● What the exercise asks
Give the data below again, word for word.
══ Dataset excerpts
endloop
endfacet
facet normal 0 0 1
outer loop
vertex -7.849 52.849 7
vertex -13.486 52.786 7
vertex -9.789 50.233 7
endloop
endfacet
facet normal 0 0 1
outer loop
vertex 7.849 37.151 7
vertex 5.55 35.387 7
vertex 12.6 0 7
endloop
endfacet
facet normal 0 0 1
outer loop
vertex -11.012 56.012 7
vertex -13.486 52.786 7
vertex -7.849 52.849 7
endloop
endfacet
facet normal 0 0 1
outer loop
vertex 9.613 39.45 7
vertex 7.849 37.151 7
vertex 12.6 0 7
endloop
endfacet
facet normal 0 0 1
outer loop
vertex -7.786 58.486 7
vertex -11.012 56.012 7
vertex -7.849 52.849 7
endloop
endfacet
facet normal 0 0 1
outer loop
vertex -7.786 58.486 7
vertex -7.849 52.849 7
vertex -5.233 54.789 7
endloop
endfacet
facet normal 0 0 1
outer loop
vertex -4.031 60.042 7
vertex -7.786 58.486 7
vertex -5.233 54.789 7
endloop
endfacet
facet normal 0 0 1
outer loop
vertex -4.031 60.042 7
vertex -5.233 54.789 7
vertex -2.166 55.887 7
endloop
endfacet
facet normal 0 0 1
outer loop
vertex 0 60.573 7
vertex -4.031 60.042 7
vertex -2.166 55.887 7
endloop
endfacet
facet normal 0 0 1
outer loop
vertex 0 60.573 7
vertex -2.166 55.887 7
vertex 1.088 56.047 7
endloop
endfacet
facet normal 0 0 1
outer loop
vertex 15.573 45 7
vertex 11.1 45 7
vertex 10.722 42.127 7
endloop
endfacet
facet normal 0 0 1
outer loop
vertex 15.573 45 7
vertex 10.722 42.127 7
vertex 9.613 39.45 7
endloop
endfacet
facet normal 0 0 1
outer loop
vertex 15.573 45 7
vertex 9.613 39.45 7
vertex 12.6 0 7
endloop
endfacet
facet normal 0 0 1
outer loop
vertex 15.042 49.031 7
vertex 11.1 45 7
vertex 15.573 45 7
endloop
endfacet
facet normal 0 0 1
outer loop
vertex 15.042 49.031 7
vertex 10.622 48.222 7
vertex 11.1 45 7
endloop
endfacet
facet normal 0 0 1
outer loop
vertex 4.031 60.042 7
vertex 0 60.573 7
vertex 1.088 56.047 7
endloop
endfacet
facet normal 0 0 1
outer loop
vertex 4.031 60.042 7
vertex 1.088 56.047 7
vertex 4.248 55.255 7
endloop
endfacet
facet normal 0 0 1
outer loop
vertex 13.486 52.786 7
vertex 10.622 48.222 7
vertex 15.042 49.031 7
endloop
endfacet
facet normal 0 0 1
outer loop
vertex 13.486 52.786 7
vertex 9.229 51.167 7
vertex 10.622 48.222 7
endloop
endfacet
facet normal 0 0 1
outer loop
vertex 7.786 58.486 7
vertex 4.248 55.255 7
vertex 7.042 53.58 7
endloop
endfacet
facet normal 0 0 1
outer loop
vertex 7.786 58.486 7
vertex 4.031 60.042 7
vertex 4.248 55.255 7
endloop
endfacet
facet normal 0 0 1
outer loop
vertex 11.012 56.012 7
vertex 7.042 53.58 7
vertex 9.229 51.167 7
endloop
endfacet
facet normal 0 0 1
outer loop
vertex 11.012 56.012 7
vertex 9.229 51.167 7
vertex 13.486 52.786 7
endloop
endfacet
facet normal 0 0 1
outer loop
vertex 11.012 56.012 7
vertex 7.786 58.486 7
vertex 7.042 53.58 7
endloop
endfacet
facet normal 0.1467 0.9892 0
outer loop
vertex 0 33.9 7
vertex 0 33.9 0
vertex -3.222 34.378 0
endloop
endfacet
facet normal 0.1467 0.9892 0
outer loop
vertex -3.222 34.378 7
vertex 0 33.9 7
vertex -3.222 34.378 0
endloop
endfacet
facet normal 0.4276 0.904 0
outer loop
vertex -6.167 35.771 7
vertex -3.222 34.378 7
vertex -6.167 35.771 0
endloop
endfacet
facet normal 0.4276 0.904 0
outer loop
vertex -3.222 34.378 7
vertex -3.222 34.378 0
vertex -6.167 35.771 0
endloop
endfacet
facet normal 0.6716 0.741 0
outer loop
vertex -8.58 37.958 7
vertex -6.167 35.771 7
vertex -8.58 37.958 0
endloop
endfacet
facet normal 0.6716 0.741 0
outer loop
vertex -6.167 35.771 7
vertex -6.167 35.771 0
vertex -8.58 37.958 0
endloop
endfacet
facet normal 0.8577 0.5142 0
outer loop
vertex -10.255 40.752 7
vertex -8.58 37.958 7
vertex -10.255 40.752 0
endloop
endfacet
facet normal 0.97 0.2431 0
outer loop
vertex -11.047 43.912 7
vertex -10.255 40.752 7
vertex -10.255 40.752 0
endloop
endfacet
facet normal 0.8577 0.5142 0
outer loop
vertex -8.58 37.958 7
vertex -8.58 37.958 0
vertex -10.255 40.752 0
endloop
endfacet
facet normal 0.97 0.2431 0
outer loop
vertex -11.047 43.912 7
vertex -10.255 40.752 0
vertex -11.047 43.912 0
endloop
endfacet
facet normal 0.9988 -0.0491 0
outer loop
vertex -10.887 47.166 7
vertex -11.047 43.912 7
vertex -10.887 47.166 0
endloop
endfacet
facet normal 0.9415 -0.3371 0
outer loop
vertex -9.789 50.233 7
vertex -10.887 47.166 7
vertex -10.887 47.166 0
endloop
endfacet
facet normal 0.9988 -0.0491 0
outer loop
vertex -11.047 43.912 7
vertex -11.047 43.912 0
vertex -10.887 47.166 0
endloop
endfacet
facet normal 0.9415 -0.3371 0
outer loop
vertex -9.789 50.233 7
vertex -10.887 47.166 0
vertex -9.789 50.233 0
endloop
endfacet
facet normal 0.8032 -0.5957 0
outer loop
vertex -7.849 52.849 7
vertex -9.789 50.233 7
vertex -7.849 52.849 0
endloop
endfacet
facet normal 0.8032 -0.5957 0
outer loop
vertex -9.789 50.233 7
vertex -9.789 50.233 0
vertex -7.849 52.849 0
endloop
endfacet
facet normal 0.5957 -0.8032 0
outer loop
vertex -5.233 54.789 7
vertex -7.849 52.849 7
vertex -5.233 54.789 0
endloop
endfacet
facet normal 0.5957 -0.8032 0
════
● Answer for the task
endloop
endfacet
facet normal 0 0 1
outer loop
vertex -7.849 52.849 7
vertex -13.486 52.786 7
vertex -9.789 50.233 7
endloop
endfacet
facet normal 0 0 1
outer loop
vertex 7.849 37.151 7
vertex 5.55 35.387 7
vertex 12.6 0 7
endloop
endfacet
facet normal 0 0 1
outer loop
vertex -11.012 56.012 7
vertex -13.486 52.786 7
vertex -7.849 52.849 7
endloop
endfacet
facet normal 0 0 1
outer loop
vertex 9.613 39.45 7
vertex 7.849 37.151 7
vertex 12.6 0 7
endloop
endfacet
facet normal 0 0 1
outer loop
vertex -7.786 58.486 7
vertex -11.012 56.012 7
vertex -7.849 52.849 7
endloop
endfacet
facet normal 0 0 1
outer loop
vertex -7.786 58.486 7
vertex -7.849 52.849 7
vertex -5.233 54.789 7
endloop
endfacet
facet normal 0 0 1
outer loop
vertex -4.031 60.042 7
vertex -7.786 58.486 7
vertex -5.233 54.789 7
endloop
endfacet
facet normal 0 0 1
outer loop
vertex -4.031 60.042 7
vertex -5.233 54.789 7
vertex -2.166 55.887 7
endloop
endfacet
facet normal 0 0 1
outer loop
vertex 0 60.573 7
vertex -4.031 60.042 7
vertex -2.166 55.887 7
endloop
endfacet
facet normal 0 0 1
outer loop
vertex 0 60.573 7
vertex -2.166 55.887 7
vertex 1.088 56.047 7
endloop
endfacet
facet normal 0 0 1
outer loop
vertex 15.573 45 7
vertex 11.1 45 7
vertex 10.722 42.127 7
endloop
endfacet
facet normal 0 0 1
outer loop
vertex 15.573 45 7
vertex 10.722 42.127 7
vertex 9.613 39.45 7
endloop
endfacet
facet normal 0 0 1
outer loop
vertex 15.573 45 7
vertex 9.613 39.45 7
vertex 12.6 0 7
endloop
endfacet
facet normal 0 0 1
outer loop
vertex 15.042 49.031 7
vertex 11.1 45 7
vertex 15.573 45 7
endloop
endfacet
facet normal 0 0 1
outer loop
vertex 15.042 49.031 7
vertex 10.622 48.222 7
vertex 11.1 45 7
endloop
endfacet
facet normal 0 0 1
outer loop
vertex 4.031 60.042 7
vertex 0 60.573 7
vertex 1.088 56.047 7
endloop
endfacet
facet normal 0 0 1
outer loop
vertex 4.031 60.042 7
vertex 1.088 56.047 7
vertex 4.248 55.255 7
endloop
endfacet
facet normal 0 0 1
outer loop
vertex 13.486 52.786 7
vertex 10.622 48.222 7
vertex 15.042 49.031 7
endloop
endfacet
facet normal 0 0 1
outer loop
vertex 13.486 52.786 7
vertex 9.229 51.167 7
vertex 10.622 48.222 7
endloop
endfacet
facet normal 0 0 1
outer loop
vertex 7.786 58.486 7
vertex 4.248 55.255 7
vertex 7.042 53.58 7
endloop
endfacet
facet normal 0 0 1
outer loop
vertex 7.786 58.486 7
vertex 4.031 60.042 7
vertex 4.248 55.255 7
endloop
endfacet
facet normal 0 0 1
outer loop
vertex 11.012 56.012 7
vertex 7.042 53.58 7
vertex 9.229 51.167 7
endloop
endfacet
facet normal 0 0 1
outer loop
vertex 11.012 56.012 7
vertex 9.229 51.167 7
vertex 13.486 52.786 7
endloop
endfacet
facet normal 0 0 1
outer loop
vertex 11.012 56.012 7
vertex 7.786 58.486 7
vertex 7.042 53.58 7
endloop
endfacet
facet normal 0.1467 0.9892 0
outer loop
vertex 0 33.9 7
vertex 0 33.9 0
vertex -3.222 34.378 0
endloop
endfacet
facet normal 0.1467 0.9892 0
outer loop
vertex -3.222 34.378 7
vertex 0 33.9 7
vertex -3.222 34.378 0
endloop
endfacet
facet normal 0.4276 0.904 0
outer loop
vertex -6.167 35.771 7
vertex -3.222 34.378 7
vertex -6.167 35.771 0
endloop
endfacet
facet normal 0.4276 0.904 0
outer loop
vertex -3.222 34.378 7
vertex -3.222 34.378 0
vertex -6.167 35.771 0
endloop
endfacet
facet normal 0.6716 0.741 0
outer loop
vertex -8.58 37.958 7
vertex -6.167 35.771 7
vertex -8.58 37.958 0
endloop
endfacet
facet normal 0.6716 0.741 0
outer loop
vertex -6.167 35.771 7
vertex -6.167 35.771 0
vertex -8.58 37.958 0
endloop
endfacet
facet normal 0.8577 0.5142 0
outer loop
vertex -10.255 40.752 7
vertex -8.58 37.958 7
vertex -10.255 40.752 0
endloop
endfacet
facet normal 0.97 0.2431 0
outer loop
vertex -11.047 43.912 7
vertex -10.255 40.752 7
vertex -10.255 40.752 0
endloop
endfacet
facet normal 0.8577 0.5142 0
outer loop
vertex -8.58 37.958 7
vertex -8.58 37.958 0
vertex -10.255 40.752 0
endloop
endfacet
facet normal 0.97 0.2431 0
outer loop
vertex -11.047 43.912 7
vertex -10.255 40.752 0
vertex -11.047 43.912 0
endloop
endfacet
facet normal 0.9988 -0.0491 0
outer loop
vertex -10.887 47.166 7
vertex -11.047 43.912 7
vertex -10.887 47.166 0
endloop
endfacet
facet normal 0.9415 -0.3371 0
outer loop
vertex -9.789 50.233 7
vertex -10.887 47.166 7
vertex -10.887 47.166 0
endloop
endfacet
facet normal 0.9988 -0.0491 0
outer loop
vertex -11.047 43.912 7
vertex -11.047 43.912 0
vertex -10.887 47.166 0
endloop
endfacet
facet normal 0.9415 -0.3371 0
outer loop
vertex -9.789 50.233 7
vertex -10.887 47.166 0
vertex -9.789 50.233 0
endloop
endfacet
facet normal 0.8032 -0.5957 0
outer loop
vertex -7.849 52.849 7
vertex -9.789 50.233 7
vertex -7.849 52.849 0
endloop
endfacet
facet normal 0.8032 -0.5957 0
outer loop
vertex -9.789 50.233 7
vertex -9.789 50.233 0
vertex -7.849 52.849 0
endloop
endfacet
facet normal 0.5957 -0.8032 0
outer loop
vertex -5.233 54.789 7
vertex -7.849 52.849 7
vertex -5.233 54.789 0
endloop
endfacet
facet normal 0.5957 -0.8032 0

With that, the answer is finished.